Pictured: The recently installed hydroelectric energy generation technology

The current status of global energy shortages requires new thinking due to the emphasis to reduce CO₂ emissions, development of alternative energy generation methods and growing energy consumption.  The recently installed hydroelectric energy generation technology has proven to be a huge success for Bloemwater’s head office in Pellisier.

South Africa is acknowledged to not be particularly endowed with the best hydropower conditions, as may occur elsewhere in Africa and the rest of the world. However, large quantities of raw and potable water are conveyed daily under either pressurized or gravity conditions over large distances and elevations.

The University of Pretoria (UP), supported by the Water Research Commission (WRC), is engaged in a study investigating and demonstrating the potential of exploiting the excess pressure or hydropower energy available from pressurised water distribution systems.  This type of energy generation, referred to as conduit hydropower, is different to the conventional hydropower generation usually associated with large dams. The excess energy available in pressurised conduits (pumping or gravity), normally dissipated through a pressure-reducing valve, is transformed into clean, renewable hydroelectric energy by means of a turbine. In other words, it is simply harnessing what is already available in the existing water infrastructure.

To date the technology has been successfully demonstrated in Tshwane Municipality, where around 30 kW /hour of power is being generated in the pipeline at the exit to the Elardus Park reservoir.  This was followed by the Bloemwater installation, converting to a sustainable energy source as the main supply of energy for operating their head office in Pellisier.  The Bloemwater facility will be the first largest unit to date in the country to produce 96 kW/h of energy from a pressurized conduit.

The Caledon–Bloemfontein potable water supply system supplies the majority of the water demand in Bloemfontein. The water is supplied to the Brandkop Reservoir which is where Bloemwater’s head office is located. Excess energy is dissipated through pressure control valves before being discharged into the reservoir.

According to Mr Jay Bhagwan, WRC Executive Manager, pumping systems account for nearly 20% of the world’s electrical energy demand. In South Africa, for example, there are 284 municipalities and several water supply utilities, as well as mines, all owning and operating gravity water supply distribution systems which could be considered for small-, mini-, micro- and pico-scale hydropower installations. Most of these water distribution systems may be equipped with turbines or pumps as turbines, supplementing and reducing the requirements for pressure control valves. The hydro-energy may be used onsite, supplied to the national electricity grid, or feed an isolated electricity demand cluster.

Africa is the most underdeveloped continent with regard to hydropower generation with only 6% of the estimated potential exploited, explains Marco van Dijk, project leader from UP.

Municipalities consume around 60% of their energy requirements in the distribution of water services cost.  For example, energy accounts for around 40% of Rand Water’s cost in the production of water, and with increases in electricity costs this could possibly reach 55% and more.

For the Bloemwater project, a 96 kW crossflow turbine and synchronous generator will be installed.   This is about 10% of the full potential of the pipeline.
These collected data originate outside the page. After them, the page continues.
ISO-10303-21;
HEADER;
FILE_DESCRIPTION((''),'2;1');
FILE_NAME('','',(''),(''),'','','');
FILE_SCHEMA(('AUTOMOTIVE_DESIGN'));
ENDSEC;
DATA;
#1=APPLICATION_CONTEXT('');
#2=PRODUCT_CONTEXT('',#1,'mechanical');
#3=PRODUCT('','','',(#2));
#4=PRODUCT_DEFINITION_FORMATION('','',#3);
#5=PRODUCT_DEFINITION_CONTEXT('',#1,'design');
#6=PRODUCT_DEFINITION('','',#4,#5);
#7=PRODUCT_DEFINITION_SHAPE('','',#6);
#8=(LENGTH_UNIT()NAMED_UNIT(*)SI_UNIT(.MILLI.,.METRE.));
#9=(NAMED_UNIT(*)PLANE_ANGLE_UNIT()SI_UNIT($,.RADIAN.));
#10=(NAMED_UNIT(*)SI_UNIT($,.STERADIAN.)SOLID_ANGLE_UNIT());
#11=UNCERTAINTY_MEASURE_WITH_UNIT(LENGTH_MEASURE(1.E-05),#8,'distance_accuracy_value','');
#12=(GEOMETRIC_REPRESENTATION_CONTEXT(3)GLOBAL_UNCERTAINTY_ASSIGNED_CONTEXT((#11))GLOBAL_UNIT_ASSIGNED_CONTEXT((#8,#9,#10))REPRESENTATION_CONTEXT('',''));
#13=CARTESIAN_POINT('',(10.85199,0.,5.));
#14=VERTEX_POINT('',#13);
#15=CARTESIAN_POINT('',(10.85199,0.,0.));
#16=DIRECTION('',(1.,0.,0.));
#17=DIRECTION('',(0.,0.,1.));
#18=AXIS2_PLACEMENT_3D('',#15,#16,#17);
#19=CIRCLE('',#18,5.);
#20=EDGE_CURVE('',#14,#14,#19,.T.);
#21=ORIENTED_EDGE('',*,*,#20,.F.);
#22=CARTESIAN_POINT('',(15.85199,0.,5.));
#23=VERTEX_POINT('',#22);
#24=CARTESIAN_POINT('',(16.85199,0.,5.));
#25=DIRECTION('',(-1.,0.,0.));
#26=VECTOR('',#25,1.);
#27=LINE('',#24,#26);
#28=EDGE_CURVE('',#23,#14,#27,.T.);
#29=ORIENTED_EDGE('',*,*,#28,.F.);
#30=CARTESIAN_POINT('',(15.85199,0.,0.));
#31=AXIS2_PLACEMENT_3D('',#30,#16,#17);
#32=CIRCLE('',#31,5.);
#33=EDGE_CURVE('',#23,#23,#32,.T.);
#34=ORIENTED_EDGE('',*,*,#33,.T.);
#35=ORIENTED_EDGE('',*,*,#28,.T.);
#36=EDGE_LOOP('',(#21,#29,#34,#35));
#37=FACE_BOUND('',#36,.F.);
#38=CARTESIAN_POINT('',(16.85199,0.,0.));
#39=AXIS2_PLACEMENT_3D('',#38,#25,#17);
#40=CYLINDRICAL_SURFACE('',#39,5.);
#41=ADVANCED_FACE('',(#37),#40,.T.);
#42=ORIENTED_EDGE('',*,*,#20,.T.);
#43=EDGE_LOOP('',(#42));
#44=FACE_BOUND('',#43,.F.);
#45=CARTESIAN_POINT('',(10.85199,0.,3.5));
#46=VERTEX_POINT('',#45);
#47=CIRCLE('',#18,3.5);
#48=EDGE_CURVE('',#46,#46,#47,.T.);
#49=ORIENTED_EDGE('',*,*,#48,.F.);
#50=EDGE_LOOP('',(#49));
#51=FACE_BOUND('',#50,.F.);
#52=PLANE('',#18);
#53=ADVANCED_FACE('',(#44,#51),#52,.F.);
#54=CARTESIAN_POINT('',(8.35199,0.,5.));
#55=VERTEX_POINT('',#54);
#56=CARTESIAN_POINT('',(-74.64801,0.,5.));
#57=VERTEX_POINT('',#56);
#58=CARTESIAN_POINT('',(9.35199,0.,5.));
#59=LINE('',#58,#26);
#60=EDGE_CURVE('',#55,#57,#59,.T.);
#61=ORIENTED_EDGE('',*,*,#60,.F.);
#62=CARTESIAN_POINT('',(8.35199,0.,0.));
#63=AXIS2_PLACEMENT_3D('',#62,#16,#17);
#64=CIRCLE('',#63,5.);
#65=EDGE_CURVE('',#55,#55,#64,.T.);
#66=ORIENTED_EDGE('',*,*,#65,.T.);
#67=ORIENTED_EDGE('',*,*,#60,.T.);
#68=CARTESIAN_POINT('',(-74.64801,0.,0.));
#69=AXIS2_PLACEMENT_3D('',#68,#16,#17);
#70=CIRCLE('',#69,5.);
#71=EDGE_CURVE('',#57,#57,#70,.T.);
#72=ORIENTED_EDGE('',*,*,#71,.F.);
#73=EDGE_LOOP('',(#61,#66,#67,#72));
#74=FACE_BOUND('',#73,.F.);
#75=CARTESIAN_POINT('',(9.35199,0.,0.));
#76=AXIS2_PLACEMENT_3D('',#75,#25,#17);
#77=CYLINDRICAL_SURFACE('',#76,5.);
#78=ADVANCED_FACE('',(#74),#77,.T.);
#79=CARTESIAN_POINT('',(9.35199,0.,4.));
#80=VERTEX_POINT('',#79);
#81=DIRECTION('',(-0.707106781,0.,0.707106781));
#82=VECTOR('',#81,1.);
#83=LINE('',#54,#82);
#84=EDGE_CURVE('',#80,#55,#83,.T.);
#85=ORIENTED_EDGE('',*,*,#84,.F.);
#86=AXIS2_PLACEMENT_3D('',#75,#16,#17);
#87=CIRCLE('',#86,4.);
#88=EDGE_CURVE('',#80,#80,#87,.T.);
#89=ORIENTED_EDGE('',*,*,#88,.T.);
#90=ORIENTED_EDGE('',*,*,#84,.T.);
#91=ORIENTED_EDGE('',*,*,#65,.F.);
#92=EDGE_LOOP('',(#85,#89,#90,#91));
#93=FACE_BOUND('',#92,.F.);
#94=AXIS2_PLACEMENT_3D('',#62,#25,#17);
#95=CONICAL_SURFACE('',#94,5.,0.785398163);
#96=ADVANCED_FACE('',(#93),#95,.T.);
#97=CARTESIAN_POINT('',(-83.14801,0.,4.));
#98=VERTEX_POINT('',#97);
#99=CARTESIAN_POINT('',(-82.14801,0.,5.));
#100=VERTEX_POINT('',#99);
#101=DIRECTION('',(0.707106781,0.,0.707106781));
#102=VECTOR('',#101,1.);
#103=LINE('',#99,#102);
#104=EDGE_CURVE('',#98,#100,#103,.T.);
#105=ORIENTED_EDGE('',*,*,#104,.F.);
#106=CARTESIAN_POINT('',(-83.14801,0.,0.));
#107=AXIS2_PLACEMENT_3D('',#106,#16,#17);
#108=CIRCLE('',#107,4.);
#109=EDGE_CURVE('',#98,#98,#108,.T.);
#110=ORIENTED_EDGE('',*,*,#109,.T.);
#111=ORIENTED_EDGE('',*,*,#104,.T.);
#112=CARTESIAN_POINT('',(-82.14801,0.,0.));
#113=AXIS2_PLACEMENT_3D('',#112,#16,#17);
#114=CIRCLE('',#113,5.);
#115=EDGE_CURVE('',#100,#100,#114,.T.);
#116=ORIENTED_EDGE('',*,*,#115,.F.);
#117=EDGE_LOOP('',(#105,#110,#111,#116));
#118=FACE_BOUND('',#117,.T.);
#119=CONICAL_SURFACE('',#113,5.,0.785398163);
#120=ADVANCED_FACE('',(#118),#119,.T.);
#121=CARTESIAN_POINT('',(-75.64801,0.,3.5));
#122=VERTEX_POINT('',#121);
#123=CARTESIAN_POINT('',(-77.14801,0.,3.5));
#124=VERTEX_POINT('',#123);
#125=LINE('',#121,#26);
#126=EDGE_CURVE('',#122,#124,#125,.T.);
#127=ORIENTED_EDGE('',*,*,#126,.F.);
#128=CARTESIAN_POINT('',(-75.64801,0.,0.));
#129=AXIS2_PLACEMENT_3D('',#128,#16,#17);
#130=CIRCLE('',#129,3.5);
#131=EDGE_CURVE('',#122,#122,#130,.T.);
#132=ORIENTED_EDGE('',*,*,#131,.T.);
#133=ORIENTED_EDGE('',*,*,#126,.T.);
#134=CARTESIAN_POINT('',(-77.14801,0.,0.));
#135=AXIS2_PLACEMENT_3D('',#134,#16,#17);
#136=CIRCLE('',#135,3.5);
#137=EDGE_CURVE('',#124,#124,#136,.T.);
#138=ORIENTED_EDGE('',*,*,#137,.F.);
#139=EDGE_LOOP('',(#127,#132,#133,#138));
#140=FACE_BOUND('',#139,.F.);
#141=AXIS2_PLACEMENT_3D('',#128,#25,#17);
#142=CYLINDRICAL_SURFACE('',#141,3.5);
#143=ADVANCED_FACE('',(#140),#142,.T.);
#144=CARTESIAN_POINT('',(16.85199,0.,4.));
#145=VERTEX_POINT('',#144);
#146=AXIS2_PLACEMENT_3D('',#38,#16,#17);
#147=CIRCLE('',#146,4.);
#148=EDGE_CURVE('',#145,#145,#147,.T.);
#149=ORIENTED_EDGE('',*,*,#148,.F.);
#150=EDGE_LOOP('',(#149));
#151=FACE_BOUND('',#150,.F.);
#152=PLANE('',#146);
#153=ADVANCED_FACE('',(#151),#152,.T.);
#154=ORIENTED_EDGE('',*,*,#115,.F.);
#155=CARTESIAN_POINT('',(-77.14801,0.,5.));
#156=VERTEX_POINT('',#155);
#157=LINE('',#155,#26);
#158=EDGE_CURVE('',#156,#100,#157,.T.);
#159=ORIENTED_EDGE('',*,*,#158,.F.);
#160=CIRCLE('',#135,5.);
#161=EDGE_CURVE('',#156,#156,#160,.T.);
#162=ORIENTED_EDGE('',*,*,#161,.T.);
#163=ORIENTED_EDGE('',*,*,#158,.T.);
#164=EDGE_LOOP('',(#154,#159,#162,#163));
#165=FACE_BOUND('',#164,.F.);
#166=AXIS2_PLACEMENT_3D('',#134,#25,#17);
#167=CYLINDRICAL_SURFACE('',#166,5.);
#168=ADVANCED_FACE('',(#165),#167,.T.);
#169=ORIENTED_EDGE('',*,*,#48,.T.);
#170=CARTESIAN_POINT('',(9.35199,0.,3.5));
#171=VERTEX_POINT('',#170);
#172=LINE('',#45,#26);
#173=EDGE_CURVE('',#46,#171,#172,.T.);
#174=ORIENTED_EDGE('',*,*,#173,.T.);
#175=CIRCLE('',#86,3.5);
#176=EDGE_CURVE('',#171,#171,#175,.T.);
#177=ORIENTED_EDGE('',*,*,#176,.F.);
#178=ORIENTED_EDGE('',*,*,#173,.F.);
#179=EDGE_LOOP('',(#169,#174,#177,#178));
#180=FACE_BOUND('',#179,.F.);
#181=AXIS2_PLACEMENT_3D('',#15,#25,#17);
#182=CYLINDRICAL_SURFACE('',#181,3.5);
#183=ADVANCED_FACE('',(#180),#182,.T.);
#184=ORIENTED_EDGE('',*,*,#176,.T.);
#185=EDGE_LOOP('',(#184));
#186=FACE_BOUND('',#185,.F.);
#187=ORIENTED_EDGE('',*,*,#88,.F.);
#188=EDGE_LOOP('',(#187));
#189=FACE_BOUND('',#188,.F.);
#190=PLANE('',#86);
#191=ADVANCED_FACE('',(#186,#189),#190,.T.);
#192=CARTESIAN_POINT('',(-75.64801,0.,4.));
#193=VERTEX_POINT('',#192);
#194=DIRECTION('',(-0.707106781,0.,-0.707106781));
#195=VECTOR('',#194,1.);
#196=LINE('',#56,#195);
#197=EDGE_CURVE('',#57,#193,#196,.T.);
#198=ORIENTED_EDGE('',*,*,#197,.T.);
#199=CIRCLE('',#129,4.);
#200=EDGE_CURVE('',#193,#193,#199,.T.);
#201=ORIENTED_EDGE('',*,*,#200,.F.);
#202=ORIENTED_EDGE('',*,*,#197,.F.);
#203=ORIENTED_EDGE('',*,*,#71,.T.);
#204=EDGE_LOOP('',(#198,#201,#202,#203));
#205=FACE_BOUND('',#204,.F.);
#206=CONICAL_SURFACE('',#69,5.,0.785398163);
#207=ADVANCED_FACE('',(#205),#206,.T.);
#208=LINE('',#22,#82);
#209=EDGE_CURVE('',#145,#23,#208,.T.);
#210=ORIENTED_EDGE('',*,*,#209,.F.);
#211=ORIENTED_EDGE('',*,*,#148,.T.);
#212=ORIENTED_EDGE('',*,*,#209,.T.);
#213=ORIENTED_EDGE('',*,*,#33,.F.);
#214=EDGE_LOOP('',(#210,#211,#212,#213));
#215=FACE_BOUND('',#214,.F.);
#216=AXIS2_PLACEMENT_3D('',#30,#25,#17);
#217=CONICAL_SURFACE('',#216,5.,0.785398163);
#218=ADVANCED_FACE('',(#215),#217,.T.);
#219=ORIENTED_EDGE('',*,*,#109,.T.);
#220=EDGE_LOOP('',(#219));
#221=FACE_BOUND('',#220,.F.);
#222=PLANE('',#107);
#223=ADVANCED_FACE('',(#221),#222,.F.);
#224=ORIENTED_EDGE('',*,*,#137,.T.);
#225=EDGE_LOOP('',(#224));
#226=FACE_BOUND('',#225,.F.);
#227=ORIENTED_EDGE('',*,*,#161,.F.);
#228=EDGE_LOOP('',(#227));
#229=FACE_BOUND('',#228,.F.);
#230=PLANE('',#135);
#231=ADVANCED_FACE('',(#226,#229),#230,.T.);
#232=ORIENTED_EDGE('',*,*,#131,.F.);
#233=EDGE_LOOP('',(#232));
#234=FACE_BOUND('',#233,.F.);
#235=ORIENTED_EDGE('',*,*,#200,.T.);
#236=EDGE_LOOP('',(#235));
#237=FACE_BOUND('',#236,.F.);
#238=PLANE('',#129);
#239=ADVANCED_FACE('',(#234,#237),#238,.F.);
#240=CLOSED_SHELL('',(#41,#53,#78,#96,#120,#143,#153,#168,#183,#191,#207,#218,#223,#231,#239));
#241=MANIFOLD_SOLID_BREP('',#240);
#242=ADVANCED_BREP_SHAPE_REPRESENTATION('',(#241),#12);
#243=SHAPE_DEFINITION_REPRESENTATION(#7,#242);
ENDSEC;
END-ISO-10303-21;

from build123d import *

# Parameters (mm, degrees)
F2_SIZE = 1


with BuildPart() as f1:
    # F0 (on Front) → F1 (revolve)
    with BuildSketch(Plane.XZ):
        Polygon((-83.14801, 5), (-83.14801, 0), (16.85199, 0), (16.85199, 5), (10.85199, 5), (10.85199, 3.5), (9.35199, 3.5), (9.35199, 5), (-75.64801, 5), (-75.64801, 3.5), (-77.14801, 3.5), (-77.14801, 5), align=None)
    revolve(axis=Axis((-33.14801, 0, 0), (1, 0, 0)))

    # F2
    f2_edges = [f1.edges().sort_by_distance(p)[0] for p in [
        (-83.14801, 0, -5),
        (-75.64801, 0, -5),
        (16.85199, 0, -5),
        (9.35199, 0, -5),
    ]]
    chamfer(f2_edges, length=F2_SIZE)


solid = f1.part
The turbine will be housed in a turbine room currently under construction, located next to the Brandkop Reservoir. The Bloemwater head office will be directly connected to this hydropower plant, says MokutuKgwale, Director for Infrastructure Development, Operations & Maintenance at Bloemwater.

Approximately 30% of the water supplied via the Caledon–Bloemfontein pipeline will be diverted through the turbine. The turbine’s runner will be turned due to the water passing through it which will excite the generator allowing hydroelectric energy to be generated. After passing through the turbine the water will be discharged through a constructed opening in the roof of the south-west corner of the reservoir. Control equipment will regulate the flow and pressure through the turbine resulting in the generation of clean stable electricity at the correct voltage and frequency of 50 Hz. The generated electricity will be connected via the control equipment to the main supply of the head office.

Sufficient renewable energy will be generated to supply the peak demand of Bloemwater’s head office as well as meeting the electricity requirements of the reservoir terrain. Annually ±800 MWh could be generated with this micro-hydropower installation.

Bhagwan further comments, “This demonstration project will provide huge savings for Bloemwater, as well as a quick return on investment.  Bloemwater, if able to exploit all the opportunities in their networks, can become a serious player in energy as well.  A good international example of such could be drawn from the German company ZweckverbandLandeswasserversorgung that delivers water to three million customers in Baden-Wurttemberg and Bavaria. Since the early 70’s they have been using power generated continuously from energy recovery”.

Hydropower schemes have very long lifetimes and high efficiency levels with low operating and maintenance costs. Hydroelectric energy technology is a proven technology that offers high efficiencies as well as reliable and flexible operation, confirms Van Dijk. Conduit hydropower requires a small capital investment and has a short return on investment period. As long as people use water renewable electricity can be generated.